Using the material below, print the line that contains "e19 e24 e2]", the line that contains "e26 -e14 -e27]", and every line in between, exactly and nothing else.

##########

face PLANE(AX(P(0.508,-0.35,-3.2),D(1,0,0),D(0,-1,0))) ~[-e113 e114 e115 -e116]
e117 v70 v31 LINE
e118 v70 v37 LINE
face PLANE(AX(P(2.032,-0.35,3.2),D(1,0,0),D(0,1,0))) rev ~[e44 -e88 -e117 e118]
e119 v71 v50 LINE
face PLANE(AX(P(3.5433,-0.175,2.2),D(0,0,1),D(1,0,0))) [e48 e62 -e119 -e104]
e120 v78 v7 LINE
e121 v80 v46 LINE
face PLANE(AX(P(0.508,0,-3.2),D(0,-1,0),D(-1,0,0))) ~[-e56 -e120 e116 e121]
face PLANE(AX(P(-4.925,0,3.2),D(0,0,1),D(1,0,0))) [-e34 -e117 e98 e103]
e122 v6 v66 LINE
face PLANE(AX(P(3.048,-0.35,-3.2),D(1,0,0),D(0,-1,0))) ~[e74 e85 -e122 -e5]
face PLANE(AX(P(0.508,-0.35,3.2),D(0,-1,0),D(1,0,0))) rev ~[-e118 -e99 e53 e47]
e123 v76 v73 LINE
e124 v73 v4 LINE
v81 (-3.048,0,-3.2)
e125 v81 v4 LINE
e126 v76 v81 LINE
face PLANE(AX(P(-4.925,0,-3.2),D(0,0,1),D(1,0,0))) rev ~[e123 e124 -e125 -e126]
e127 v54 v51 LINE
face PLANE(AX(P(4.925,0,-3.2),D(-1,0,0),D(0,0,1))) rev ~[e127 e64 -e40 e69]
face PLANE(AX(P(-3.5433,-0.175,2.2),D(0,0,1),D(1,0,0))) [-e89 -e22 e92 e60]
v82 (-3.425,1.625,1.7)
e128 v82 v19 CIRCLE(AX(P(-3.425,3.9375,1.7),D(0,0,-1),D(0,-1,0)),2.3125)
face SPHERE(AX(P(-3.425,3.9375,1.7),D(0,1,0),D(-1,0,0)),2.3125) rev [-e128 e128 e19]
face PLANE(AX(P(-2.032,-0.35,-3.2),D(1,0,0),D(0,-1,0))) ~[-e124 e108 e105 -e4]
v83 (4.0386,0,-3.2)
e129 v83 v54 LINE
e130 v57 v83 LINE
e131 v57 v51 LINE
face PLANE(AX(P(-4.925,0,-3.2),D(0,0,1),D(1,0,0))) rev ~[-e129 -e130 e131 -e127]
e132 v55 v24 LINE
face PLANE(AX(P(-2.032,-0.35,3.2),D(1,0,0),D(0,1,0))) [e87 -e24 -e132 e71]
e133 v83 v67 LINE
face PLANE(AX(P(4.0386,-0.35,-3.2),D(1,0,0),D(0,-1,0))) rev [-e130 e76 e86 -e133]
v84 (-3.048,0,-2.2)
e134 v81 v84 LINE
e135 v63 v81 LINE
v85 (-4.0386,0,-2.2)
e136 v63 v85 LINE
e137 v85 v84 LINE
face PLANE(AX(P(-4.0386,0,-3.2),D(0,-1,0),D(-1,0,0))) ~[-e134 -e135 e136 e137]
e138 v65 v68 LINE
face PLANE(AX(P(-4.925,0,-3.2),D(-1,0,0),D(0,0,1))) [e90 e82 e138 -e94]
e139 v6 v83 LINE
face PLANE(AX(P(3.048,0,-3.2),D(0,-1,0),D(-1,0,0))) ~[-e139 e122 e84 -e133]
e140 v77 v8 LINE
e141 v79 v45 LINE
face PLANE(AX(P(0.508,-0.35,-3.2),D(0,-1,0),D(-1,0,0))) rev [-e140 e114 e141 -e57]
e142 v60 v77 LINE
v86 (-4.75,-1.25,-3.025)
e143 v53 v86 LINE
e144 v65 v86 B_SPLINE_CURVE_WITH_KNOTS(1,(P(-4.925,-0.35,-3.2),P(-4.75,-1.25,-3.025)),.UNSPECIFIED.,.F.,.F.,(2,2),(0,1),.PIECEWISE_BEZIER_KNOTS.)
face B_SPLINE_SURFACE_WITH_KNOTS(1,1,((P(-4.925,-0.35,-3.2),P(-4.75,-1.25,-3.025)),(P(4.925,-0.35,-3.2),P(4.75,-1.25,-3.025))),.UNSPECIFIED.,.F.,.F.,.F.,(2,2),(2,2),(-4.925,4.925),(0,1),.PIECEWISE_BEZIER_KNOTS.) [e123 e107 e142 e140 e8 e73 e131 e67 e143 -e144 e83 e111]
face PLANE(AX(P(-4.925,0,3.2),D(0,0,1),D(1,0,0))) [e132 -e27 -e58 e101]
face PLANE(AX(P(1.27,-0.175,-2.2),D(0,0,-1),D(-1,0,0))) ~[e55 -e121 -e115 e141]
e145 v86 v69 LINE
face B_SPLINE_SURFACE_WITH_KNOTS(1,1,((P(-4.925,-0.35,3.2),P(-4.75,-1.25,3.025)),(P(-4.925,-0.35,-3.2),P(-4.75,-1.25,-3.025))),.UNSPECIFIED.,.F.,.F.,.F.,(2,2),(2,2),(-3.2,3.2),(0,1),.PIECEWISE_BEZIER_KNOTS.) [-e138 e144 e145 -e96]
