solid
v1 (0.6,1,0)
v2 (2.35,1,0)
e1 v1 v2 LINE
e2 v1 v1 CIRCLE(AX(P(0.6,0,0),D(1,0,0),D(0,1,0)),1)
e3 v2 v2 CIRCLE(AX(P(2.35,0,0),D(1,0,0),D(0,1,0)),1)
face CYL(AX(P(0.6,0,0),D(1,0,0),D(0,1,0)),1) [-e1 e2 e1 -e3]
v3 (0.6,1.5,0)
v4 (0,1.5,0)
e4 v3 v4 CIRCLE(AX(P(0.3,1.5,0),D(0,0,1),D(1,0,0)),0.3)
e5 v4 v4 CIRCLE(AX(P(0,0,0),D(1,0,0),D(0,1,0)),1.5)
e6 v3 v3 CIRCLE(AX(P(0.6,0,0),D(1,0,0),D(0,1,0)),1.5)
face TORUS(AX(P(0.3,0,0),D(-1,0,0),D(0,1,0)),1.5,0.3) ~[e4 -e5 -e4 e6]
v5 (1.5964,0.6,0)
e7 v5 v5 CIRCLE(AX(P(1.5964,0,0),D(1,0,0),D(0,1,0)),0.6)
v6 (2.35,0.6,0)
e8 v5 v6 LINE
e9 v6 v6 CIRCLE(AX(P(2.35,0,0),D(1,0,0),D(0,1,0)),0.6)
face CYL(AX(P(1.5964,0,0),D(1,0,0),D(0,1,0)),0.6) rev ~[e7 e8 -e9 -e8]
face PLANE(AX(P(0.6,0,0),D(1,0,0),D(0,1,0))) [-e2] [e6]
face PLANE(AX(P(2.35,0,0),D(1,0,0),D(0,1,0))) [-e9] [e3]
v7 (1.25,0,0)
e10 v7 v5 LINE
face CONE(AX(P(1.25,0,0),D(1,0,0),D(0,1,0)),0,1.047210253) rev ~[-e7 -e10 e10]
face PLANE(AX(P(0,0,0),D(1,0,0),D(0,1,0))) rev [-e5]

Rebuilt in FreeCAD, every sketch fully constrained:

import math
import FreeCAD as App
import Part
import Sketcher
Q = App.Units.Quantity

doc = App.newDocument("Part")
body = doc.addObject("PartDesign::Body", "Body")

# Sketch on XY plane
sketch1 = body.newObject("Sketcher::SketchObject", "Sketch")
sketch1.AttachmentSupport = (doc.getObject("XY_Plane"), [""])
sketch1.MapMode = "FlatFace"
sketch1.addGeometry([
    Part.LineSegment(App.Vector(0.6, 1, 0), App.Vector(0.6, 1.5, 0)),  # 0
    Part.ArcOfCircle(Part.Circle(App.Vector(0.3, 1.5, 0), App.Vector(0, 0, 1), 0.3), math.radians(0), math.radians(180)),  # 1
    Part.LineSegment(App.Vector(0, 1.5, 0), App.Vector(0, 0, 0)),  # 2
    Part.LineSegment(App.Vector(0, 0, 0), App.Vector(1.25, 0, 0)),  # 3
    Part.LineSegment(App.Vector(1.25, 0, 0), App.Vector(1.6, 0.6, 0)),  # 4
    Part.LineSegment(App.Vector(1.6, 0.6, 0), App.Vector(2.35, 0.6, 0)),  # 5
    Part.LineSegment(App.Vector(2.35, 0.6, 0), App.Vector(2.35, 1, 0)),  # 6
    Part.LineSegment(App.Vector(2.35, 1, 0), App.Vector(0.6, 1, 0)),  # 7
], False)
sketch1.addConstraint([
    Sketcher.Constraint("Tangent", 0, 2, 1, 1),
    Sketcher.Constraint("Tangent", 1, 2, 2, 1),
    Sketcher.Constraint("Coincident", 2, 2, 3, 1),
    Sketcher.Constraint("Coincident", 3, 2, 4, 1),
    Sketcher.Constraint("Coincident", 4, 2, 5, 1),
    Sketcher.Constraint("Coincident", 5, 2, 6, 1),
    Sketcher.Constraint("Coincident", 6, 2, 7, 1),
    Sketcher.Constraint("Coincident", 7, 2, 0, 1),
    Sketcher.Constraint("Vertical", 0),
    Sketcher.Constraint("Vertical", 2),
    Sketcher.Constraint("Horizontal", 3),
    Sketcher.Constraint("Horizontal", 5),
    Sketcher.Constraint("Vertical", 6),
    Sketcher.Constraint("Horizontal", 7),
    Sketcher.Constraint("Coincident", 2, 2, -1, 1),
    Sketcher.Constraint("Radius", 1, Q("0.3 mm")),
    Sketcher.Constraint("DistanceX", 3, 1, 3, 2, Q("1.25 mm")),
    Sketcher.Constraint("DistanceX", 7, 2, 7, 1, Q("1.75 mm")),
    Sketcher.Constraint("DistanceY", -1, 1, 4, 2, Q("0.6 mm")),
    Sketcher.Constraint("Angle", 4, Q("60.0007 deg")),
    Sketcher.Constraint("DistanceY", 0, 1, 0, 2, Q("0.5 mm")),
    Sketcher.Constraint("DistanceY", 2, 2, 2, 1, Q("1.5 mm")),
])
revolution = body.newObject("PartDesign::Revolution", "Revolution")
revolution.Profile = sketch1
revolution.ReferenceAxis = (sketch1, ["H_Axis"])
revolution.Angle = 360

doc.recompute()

##########

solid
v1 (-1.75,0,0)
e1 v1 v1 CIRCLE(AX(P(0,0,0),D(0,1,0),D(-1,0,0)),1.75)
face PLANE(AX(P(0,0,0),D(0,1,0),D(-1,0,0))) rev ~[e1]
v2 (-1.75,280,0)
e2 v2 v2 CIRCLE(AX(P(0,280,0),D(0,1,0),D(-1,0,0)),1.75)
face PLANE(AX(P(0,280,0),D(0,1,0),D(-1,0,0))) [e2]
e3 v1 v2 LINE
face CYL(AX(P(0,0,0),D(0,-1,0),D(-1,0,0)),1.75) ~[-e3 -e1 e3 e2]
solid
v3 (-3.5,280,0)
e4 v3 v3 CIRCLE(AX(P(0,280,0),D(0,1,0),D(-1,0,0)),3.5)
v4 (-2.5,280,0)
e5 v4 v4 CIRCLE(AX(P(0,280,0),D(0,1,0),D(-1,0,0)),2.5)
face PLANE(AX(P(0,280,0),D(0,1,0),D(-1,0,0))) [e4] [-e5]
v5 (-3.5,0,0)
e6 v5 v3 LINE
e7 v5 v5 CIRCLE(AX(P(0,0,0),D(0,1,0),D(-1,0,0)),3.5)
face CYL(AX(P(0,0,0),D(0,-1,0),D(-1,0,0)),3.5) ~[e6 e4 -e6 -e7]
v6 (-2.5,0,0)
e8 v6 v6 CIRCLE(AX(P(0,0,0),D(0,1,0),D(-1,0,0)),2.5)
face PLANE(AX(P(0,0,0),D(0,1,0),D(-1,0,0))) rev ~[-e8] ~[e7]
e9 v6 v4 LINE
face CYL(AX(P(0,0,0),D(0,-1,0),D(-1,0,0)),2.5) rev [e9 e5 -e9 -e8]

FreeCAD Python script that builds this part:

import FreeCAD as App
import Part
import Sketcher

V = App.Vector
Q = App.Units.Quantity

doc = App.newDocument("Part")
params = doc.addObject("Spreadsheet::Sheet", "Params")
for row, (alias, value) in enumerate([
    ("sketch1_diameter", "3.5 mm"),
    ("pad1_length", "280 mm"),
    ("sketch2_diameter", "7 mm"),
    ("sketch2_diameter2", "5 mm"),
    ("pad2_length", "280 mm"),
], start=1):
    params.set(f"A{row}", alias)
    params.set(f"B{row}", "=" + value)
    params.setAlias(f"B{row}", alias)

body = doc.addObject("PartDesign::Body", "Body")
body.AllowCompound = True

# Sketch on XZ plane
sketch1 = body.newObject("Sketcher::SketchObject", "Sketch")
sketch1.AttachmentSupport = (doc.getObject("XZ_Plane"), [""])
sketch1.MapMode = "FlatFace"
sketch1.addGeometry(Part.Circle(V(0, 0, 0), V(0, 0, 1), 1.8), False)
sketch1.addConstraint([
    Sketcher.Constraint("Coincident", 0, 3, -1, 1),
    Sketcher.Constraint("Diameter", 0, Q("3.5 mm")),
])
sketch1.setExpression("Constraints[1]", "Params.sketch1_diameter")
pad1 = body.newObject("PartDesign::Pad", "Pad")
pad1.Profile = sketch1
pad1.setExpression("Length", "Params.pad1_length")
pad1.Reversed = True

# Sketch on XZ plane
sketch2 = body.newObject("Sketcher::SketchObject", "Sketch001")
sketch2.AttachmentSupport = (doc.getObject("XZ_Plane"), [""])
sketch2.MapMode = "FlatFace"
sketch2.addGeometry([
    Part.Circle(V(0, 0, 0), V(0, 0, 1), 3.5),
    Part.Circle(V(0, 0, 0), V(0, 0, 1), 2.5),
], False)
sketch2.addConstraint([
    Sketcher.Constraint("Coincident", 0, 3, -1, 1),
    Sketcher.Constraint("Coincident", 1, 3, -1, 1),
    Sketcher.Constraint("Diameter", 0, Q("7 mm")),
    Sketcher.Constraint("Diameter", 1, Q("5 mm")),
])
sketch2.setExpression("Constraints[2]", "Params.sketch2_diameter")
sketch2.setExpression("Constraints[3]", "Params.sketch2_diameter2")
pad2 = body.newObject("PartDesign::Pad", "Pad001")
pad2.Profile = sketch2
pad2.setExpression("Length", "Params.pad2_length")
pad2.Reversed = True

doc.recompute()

##########

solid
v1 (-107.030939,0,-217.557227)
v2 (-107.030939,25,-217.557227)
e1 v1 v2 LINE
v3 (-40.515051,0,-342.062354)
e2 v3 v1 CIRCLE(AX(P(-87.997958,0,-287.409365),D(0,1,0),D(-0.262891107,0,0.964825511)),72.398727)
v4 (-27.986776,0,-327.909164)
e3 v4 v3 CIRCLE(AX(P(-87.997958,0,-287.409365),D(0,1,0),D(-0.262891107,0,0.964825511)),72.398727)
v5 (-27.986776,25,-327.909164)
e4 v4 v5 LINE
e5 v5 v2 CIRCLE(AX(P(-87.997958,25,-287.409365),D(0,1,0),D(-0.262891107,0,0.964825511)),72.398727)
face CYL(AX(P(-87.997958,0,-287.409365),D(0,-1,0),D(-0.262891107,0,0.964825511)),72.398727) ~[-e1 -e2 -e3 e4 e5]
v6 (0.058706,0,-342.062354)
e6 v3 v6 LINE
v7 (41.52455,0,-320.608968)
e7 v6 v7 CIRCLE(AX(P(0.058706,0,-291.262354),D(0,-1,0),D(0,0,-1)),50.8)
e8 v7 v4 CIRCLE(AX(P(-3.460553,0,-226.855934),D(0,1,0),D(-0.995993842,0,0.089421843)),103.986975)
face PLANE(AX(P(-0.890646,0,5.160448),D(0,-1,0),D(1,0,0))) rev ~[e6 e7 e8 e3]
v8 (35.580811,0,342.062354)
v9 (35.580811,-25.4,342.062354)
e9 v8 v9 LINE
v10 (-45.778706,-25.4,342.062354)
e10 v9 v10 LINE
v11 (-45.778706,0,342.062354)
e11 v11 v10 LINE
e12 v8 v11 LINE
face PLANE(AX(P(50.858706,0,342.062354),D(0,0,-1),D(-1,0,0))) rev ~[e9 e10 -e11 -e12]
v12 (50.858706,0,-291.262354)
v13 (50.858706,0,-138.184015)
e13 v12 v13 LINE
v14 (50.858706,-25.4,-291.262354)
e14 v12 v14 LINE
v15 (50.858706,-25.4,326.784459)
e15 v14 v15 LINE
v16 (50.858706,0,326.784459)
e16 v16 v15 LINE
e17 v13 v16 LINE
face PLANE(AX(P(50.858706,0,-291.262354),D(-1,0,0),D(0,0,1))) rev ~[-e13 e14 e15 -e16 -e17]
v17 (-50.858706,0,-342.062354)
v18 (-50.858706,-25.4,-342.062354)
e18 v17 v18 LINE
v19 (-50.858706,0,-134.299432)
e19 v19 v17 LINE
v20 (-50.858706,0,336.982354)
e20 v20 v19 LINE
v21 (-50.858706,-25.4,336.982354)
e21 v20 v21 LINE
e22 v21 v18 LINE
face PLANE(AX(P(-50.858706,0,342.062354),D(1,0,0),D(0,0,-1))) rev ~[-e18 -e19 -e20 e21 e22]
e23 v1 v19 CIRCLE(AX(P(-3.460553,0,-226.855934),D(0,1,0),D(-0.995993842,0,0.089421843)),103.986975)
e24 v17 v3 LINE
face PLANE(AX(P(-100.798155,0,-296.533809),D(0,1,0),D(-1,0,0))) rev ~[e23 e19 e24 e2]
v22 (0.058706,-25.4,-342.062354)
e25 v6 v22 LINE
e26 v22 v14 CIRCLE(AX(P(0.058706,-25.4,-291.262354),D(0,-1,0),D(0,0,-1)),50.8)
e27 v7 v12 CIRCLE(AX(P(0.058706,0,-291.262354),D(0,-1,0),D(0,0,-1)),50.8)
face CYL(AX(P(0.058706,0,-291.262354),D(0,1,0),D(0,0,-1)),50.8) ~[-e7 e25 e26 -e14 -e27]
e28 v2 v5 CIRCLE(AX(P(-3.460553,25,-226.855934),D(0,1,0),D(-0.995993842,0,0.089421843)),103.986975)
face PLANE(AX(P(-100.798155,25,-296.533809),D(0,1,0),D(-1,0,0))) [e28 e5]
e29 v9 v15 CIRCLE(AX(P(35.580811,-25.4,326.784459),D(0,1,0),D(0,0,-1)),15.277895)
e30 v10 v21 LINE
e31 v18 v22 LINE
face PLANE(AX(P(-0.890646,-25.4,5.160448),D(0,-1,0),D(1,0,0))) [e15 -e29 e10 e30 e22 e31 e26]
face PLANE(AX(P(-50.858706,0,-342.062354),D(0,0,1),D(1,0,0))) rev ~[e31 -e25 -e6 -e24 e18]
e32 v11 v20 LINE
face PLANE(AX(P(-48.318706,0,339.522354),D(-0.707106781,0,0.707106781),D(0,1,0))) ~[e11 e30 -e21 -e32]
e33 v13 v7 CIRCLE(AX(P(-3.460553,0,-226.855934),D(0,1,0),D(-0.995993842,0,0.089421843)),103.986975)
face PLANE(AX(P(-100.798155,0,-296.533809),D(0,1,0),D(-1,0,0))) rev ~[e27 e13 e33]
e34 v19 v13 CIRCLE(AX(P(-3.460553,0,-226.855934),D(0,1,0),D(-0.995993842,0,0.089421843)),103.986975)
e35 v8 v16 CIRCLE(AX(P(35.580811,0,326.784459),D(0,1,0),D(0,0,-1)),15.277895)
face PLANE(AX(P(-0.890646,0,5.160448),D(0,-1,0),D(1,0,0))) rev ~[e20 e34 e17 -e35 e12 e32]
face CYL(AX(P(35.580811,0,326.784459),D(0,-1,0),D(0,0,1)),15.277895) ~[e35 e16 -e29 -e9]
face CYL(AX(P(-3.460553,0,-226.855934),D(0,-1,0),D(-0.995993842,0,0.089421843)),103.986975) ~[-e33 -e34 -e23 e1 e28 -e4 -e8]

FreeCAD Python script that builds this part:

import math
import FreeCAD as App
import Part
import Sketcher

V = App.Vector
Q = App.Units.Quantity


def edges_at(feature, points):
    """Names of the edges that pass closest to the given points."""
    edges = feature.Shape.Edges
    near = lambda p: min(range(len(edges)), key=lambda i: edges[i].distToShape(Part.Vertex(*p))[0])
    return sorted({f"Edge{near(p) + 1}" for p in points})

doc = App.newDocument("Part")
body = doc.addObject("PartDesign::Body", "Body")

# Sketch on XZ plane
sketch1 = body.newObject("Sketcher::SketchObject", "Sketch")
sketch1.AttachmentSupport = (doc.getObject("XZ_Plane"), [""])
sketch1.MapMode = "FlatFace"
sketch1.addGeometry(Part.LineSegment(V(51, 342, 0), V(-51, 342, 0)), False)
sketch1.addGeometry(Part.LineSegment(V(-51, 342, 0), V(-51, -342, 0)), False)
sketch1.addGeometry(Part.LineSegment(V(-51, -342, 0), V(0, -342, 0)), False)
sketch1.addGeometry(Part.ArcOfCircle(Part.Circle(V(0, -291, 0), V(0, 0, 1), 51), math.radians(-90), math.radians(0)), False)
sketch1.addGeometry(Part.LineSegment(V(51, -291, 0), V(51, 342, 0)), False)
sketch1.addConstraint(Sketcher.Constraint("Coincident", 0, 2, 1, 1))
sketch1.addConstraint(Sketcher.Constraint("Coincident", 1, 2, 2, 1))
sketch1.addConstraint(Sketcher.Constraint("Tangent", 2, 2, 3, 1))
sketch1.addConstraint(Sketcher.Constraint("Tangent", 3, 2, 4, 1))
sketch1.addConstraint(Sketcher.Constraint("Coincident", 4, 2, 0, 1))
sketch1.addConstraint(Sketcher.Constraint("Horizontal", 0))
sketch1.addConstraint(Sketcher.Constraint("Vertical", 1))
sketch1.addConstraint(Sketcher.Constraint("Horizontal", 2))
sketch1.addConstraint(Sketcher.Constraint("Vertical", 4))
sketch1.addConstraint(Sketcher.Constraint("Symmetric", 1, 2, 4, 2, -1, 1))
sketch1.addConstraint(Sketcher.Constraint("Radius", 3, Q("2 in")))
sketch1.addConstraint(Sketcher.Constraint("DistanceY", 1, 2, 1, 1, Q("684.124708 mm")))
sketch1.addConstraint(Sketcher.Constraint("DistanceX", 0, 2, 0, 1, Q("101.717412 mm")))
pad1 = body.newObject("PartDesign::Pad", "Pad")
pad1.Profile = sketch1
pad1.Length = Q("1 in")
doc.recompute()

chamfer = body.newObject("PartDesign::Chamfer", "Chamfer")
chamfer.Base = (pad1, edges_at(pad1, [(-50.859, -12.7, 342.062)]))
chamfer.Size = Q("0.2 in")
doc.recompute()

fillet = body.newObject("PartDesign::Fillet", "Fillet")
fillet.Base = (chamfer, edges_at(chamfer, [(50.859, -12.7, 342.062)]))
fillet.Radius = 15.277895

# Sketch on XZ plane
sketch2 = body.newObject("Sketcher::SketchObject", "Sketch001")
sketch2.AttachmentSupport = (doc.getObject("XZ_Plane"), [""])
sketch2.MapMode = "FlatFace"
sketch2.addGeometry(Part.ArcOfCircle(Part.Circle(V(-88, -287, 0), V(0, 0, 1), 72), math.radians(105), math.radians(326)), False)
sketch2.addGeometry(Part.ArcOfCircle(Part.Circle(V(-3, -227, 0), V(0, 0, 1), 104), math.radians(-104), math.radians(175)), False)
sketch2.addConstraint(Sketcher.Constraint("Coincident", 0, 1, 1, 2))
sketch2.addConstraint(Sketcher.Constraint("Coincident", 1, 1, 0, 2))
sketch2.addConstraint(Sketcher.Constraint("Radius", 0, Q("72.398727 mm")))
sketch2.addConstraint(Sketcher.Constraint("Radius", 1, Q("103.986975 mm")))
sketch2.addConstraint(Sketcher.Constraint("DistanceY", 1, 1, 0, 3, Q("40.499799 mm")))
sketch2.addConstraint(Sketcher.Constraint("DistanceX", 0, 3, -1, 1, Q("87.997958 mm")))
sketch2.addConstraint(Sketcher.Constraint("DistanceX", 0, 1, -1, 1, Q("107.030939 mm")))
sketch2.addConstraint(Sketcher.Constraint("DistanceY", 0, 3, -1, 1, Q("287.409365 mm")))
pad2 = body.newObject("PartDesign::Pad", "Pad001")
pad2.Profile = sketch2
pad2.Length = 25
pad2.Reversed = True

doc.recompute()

##########

## SOLVED PROBLEM
face PLANE(AX(P(-100.798155,0,-296.533809),D(0,1,0),D(-1,0,0))) rev ~[e23 e19 e24 e2]
v22 (0.058706,-25.4,-342.062354)
e25 v6 v22 LINE
e26 v22 v14 CIRCLE(AX(P(0.058706,-25.4,-291.262354),D(0,-1,0),D(0,0,-1)),50.8)
e27 v7 v12 CIRCLE(AX(P(0.058706,0,-291.262354),D(0,-1,0),D(0,0,-1)),50.8)
face CYL(AX(P(0.058706,0,-291.262354),D(0,1,0),D(0,0,-1)),50.8) ~[-e7 e25 e26 -e14 -e27]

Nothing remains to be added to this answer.